CCP estimators differ from Rust's original approach because of their focus on prediciton. Instead of looking for a value function and estimating its likelihood to find parameters, you solve for the parameters using the choice probailities in the data. Once you have this value function, you can recalculate what the the choice probabilities, would be if you varied the model paramters.

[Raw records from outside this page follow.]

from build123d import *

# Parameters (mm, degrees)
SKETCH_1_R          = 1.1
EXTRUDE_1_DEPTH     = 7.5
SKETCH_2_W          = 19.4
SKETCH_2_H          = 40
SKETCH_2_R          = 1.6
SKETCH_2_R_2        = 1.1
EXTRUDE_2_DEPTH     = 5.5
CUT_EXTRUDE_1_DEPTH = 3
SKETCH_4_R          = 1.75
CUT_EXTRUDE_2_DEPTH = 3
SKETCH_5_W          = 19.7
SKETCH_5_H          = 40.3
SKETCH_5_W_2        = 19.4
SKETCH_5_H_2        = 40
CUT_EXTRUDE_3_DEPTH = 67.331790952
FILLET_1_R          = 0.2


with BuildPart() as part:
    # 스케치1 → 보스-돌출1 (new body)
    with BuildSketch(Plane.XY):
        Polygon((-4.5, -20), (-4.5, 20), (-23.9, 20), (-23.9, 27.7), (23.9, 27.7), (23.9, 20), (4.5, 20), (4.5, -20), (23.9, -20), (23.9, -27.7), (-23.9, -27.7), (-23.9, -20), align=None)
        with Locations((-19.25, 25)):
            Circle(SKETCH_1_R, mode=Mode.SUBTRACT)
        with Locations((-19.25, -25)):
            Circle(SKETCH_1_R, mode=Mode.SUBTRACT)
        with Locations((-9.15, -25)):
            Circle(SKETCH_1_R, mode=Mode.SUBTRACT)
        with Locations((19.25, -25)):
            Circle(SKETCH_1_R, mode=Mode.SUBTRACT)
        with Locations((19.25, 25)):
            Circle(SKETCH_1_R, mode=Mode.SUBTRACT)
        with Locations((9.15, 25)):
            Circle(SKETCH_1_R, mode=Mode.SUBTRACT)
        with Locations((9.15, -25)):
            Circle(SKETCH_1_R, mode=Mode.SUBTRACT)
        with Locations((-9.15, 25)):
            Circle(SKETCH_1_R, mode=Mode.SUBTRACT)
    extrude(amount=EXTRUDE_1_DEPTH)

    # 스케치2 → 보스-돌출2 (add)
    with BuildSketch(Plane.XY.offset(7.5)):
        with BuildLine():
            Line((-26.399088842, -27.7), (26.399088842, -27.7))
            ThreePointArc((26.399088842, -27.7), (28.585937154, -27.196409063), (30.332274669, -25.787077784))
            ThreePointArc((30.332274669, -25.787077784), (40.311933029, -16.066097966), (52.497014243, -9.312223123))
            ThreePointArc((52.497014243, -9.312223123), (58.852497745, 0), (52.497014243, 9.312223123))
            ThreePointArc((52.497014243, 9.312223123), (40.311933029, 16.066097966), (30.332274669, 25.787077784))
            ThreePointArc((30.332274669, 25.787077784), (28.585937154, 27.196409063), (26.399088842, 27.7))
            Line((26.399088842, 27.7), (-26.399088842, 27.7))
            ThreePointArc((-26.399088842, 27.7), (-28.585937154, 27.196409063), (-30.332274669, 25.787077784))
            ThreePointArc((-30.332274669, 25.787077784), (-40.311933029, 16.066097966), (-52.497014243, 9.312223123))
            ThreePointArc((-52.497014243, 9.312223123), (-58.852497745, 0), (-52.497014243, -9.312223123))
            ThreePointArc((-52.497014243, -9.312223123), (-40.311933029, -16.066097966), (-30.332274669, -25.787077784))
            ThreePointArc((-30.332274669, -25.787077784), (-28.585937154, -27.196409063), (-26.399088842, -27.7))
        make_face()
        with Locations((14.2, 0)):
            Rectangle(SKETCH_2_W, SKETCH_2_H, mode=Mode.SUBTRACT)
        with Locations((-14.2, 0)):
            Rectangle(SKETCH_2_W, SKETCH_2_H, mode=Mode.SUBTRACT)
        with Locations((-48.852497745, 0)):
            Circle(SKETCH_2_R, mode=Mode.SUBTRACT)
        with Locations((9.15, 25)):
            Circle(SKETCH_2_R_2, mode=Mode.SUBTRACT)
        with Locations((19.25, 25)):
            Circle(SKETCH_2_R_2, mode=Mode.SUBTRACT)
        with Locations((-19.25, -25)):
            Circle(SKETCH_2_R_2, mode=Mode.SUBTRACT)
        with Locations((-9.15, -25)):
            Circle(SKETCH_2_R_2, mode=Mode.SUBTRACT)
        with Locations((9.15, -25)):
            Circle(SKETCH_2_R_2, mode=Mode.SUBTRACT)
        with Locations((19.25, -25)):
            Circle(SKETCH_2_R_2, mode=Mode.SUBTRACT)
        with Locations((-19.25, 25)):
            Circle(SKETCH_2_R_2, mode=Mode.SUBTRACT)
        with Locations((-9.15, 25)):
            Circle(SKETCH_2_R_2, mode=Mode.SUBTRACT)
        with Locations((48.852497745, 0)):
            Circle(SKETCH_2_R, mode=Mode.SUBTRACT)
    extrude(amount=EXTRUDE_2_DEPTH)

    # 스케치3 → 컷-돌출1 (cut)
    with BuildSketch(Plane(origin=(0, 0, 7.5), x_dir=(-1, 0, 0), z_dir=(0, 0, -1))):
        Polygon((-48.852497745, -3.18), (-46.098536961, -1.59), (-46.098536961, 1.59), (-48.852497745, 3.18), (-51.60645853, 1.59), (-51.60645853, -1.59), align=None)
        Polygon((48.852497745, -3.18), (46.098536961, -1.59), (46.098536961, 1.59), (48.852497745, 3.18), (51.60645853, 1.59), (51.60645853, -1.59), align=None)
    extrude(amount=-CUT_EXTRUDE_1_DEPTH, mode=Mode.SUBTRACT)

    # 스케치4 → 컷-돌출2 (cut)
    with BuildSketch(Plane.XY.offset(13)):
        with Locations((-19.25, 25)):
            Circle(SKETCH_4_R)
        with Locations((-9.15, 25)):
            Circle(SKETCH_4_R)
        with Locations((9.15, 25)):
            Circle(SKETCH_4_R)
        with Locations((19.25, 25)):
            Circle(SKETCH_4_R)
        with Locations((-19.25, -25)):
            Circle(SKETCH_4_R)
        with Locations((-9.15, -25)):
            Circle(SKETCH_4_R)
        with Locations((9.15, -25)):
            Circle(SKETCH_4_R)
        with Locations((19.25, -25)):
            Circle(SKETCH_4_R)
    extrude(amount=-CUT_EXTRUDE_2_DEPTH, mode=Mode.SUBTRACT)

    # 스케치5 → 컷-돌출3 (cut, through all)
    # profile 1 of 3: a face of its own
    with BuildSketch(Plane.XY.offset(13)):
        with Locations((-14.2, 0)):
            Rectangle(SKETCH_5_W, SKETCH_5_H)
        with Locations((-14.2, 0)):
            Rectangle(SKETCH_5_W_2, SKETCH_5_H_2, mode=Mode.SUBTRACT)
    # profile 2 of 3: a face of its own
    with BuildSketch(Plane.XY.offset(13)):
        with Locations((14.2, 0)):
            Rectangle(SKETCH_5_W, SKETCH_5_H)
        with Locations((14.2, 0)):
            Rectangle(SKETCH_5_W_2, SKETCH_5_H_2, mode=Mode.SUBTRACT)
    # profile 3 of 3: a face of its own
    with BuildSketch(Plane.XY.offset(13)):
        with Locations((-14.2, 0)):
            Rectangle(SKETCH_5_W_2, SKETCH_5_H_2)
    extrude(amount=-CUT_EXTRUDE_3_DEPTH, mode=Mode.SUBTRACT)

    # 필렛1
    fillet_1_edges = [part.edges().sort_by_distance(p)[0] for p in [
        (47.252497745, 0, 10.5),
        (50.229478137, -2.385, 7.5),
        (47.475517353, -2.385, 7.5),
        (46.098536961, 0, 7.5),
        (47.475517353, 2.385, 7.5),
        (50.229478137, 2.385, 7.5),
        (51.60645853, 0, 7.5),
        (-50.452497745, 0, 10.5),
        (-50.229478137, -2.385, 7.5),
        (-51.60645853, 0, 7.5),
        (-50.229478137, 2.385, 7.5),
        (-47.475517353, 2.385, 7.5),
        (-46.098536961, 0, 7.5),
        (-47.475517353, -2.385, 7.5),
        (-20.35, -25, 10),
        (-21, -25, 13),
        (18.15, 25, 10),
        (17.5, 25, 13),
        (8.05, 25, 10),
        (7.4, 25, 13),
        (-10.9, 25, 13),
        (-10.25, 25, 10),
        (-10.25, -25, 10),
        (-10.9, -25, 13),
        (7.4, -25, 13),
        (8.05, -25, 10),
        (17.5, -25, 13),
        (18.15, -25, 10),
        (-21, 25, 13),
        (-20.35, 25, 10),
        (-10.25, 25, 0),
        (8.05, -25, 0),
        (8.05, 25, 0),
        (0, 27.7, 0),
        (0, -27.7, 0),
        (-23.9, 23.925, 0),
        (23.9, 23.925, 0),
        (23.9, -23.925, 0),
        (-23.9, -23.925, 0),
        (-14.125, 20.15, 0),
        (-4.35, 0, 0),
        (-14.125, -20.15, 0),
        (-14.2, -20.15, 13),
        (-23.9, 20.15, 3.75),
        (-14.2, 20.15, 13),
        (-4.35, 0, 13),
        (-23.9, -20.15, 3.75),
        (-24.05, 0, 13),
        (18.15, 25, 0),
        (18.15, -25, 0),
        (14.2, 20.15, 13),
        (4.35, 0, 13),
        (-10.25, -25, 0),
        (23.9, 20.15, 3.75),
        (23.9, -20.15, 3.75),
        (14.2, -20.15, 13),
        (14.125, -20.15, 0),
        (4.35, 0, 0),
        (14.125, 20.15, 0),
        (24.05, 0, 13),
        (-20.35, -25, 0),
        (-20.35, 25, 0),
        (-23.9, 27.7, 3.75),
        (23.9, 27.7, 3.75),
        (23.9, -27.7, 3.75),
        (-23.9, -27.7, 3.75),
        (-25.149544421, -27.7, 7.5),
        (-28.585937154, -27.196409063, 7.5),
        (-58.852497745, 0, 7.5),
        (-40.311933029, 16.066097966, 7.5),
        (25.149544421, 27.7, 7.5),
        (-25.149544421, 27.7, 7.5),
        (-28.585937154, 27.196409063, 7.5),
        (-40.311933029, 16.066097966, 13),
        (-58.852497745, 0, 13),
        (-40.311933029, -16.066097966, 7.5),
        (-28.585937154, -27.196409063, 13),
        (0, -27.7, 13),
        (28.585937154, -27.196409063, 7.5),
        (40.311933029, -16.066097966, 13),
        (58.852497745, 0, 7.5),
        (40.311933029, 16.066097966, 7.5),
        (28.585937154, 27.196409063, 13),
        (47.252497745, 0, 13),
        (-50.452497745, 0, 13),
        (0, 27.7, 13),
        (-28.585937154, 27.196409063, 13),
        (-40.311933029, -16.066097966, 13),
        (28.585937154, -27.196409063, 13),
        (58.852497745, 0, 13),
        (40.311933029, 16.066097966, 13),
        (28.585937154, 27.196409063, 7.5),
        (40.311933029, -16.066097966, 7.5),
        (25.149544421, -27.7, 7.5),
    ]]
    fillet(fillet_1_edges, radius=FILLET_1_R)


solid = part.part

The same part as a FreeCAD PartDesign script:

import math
import FreeCAD as App
import Part
import Sketcher

V = App.Vector
Q = App.Units.Quantity


def edges_at(feature, points):
    """Names of the edges that pass closest to the given points."""
    edges = feature.Shape.Edges
    near = lambda p: min(range(len(edges)), key=lambda i: edges[i].distToShape(Part.Vertex(*p))[0])
    return sorted({f"Edge{near(p) + 1}" for p in points})


def add_polygon(sketch, points):
    """Adds a closed chain of lines whose ends are joined by coincident constraints."""
    first, n = sketch.GeometryCount, len(points)
    for a, b in zip(points, points[1:] + points[:1]):
        sketch.addGeometry(Part.LineSegment(App.Vector(*a, 0), App.Vector(*b, 0)), False)
    for i in range(n):
        sketch.addConstraint(Sketcher.Constraint("Coincident", first + i, 2, first + (i + 1) % n, 1))

doc = App.newDocument("Part")
body = doc.addObject("PartDesign::Body", "Body")

# Sketch on XY plane
sketch1 = body.newObject("Sketcher::SketchObject", "Sketch")
sketch1.AttachmentSupport = (doc.getObject("XY_Plane"), [""])
sketch1.MapMode = "FlatFace"
add_polygon(sketch1, [(-4.5, 20), (-4.5, -20), (-23.9, -20), (-23.9, -27.7), (23.9, -27.7), (23.9, -20), (4.5, -20), (4.5, 20), (23.9, 20), (23.9, 27.7), (-23.9, 27.7), (-23.9, 20)])  # lines 0-11
sketch1.addGeometry(Part.Circle(V(19.2, -25, 0), V(0, 0, 1), 1.1), False)  # 12
sketch1.addGeometry(Part.Circle(V(9.2, -25, 0), V(0, 0, 1), 1.1), False)  # 13
sketch1.addGeometry(Part.Circle(V(-9.2, -25, 0), V(0, 0, 1), 1.1), False)  # 14
sketch1.addGeometry(Part.Circle(V(-19.2, -25, 0), V(0, 0, 1), 1.1), False)  # 15
sketch1.addGeometry(Part.Circle(V(19.2, 25, 0), V(0, 0, 1), 1.1), False)  # 16
sketch1.addGeometry(Part.Circle(V(9.2, 25, 0), V(0, 0, 1), 1.1), False)  # 17
sketch1.addGeometry(Part.Circle(V(-9.2, 25, 0), V(0, 0, 1), 1.1), False)  # 18
sketch1.addGeometry(Part.Circle(V(-19.2, 25, 0), V(0, 0, 1), 1.1), False)  # 19
sketch1.addConstraint([
    Sketcher.Constraint("Vertical", 0),
    Sketcher.Constraint("Horizontal", 1),
    Sketcher.Constraint("Vertical", 2),
    Sketcher.Constraint("Horizontal", 3),
    Sketcher.Constraint("Vertical", 4),
    Sketcher.Constraint("Horizontal", 5),
    Sketcher.Constraint("Vertical", 6),
    Sketcher.Constraint("Horizontal", 7),
    Sketcher.Constraint("Vertical", 8),
    Sketcher.Constraint("Horizontal", 9),
    Sketcher.Constraint("Vertical", 10),
    Sketcher.Constraint("Horizontal", 11),
    Sketcher.Constraint("Equal", 12, 13),
    Sketcher.Constraint("Equal", 13, 14),
    Sketcher.Constraint("Equal", 14, 15),
    Sketcher.Constraint("Equal", 15, 16),
    Sketcher.Constraint("Equal", 16, 17),
    Sketcher.Constraint("Equal", 17, 18),
    Sketcher.Constraint("Equal", 18, 19),
    Sketcher.Constraint("Symmetric", 15, 3, 16, 3, -1, 1),
    Sketcher.Constraint("Symmetric", 14, 3, 17, 3, -1, 1),
    Sketcher.Constraint("Symmetric", 13, 3, 18, 3, -1, 1),
    Sketcher.Constraint("Symmetric", 12, 3, 19, 3, -1, 1),
    Sketcher.Constraint("Symmetric", 0, 2, 6, 2, -1, 1),
    Sketcher.Constraint("Symmetric", 2, 2, 8, 2, -1, 1),
    Sketcher.Constraint("Symmetric", 4, 2, 10, 2, -1, 1),
    Sketcher.Constraint("Symmetric", 13, 3, 14, 3, -2),
    Sketcher.Constraint("Symmetric", 12, 3, 15, 3, -2),
    Sketcher.Constraint("Symmetric", 1, 2, 4, 2, -2),
    Sketcher.Constraint("Horizontal", 12, 3, 13, 3),
    Sketcher.Constraint("Diameter", 12, 2.2),
    Sketcher.Constraint("DistanceY", 0, 2, 0, 1, 40.0),
    Sketcher.Constraint("DistanceX", 1, 2, 1, 1, 19.4),
    Sketcher.Constraint("DistanceX", 3, 1, 3, 2, 47.8),
    Sketcher.Constraint("DistanceY", 2, 2, 2, 1, 7.7),
    Sketcher.Constraint("DistanceY", 12, 3, -1, 1, 25.0),
    Sketcher.Constraint("DistanceX", 13, 3, 12, 3, 10.1),
    Sketcher.Constraint("DistanceX", 14, 3, 13, 3, 18.3),
])
pad1 = body.newObject("PartDesign::Pad", "Pad")
pad1.Profile = sketch1
pad1.Length = 7.5

# Sketch on XY plane
sketch2 = body.newObject("Sketcher::SketchObject", "Sketch001")
sketch2.AttachmentSupport = (doc.getObject("XY_Plane"), [""])
sketch2.MapMode = "FlatFace"
sketch2.AttachmentOffset = App.Placement(V(0, 0, 7.5), App.Rotation())
sketch2.addGeometry(Part.LineSegment(V(-26.4, -27.7, 0), V(26.4, -27.7, 0)), False)  # 0
sketch2.addGeometry(Part.ArcOfCircle(Part.Circle(V(26.4, -22.7, 0), V(0, 0, 1), 5), math.radians(-90), math.radians(-38)), False)  # 1
sketch2.addGeometry(Part.ArcOfCircle(Part.Circle(V(71.6, -58.2, 0), V(0, 0, 1), 52.5), math.radians(111), math.radians(142)), False)  # 2
sketch2.addGeometry(Part.ArcOfCircle(Part.Circle(V(48.9, 0, 0), V(0, 0, 1), 10), math.radians(-69), math.radians(69)), False)  # 3
sketch2.addGeometry(Part.ArcOfCircle(Part.Circle(V(71.6, 58.2, 0), V(0, 0, 1), 52.5), math.radians(-142), math.radians(-111)), False)  # 4
sketch2.addGeometry(Part.ArcOfCircle(Part.Circle(V(26.4, 22.7, 0), V(0, 0, 1), 5), math.radians(38), math.radians(90)), False)  # 5
sketch2.addGeometry(Part.LineSegment(V(26.4, 27.7, 0), V(-26.4, 27.7, 0)), False)  # 6
sketch2.addGeometry(Part.ArcOfCircle(Part.Circle(V(-26.4, 22.7, 0), V(0, 0, 1), 5), math.radians(90), math.radians(142)), False)  # 7
sketch2.addGeometry(Part.ArcOfCircle(Part.Circle(V(-71.6, 58.2, 0), V(0, 0, 1), 52.5), math.radians(-69), math.radians(-38)), False)  # 8
sketch2.addGeometry(Part.ArcOfCircle(Part.Circle(V(-48.9, 0, 0), V(0, 0, 1), 10), math.radians(111), math.radians(249)), False)  # 9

More over, you can maximize the likelihood of the 'conditional' choice probabilities to find consistent estimates of the parameters in the model.

This approach was first discovered formally in Joseph Hotz and Bob Miller's paper
https://www.jstor.org/stable/2298122

However, the code and data I modeled this guide from comes from Victor Aguirregabiria and Pedro Mira's website (more on them later):
http://individual.utoronto.ca/vaguirre/wpapers/program_code_survey_joe_2008.html

In [2]:
import pandas as pd
import math
import numpy as np
import statsmodels.api as sm
import matplotlib.pyplot as plt

from scipy.interpolate import interp1d #pre written interpolation function
from statsmodels.base.model import GenericLikelihoodModel
from scipy import stats #for kernel function

## Step 1: Pre-processing the data and Constants

In [33]:
#fix the bus .dat from augirregabiria and Mira's website
data = np.fromfile('bus1234.dat')
data = data.reshape(len(data)/6,6)
data = pd.DataFrame(data,columns=['id','group','year','month','replace','miles'])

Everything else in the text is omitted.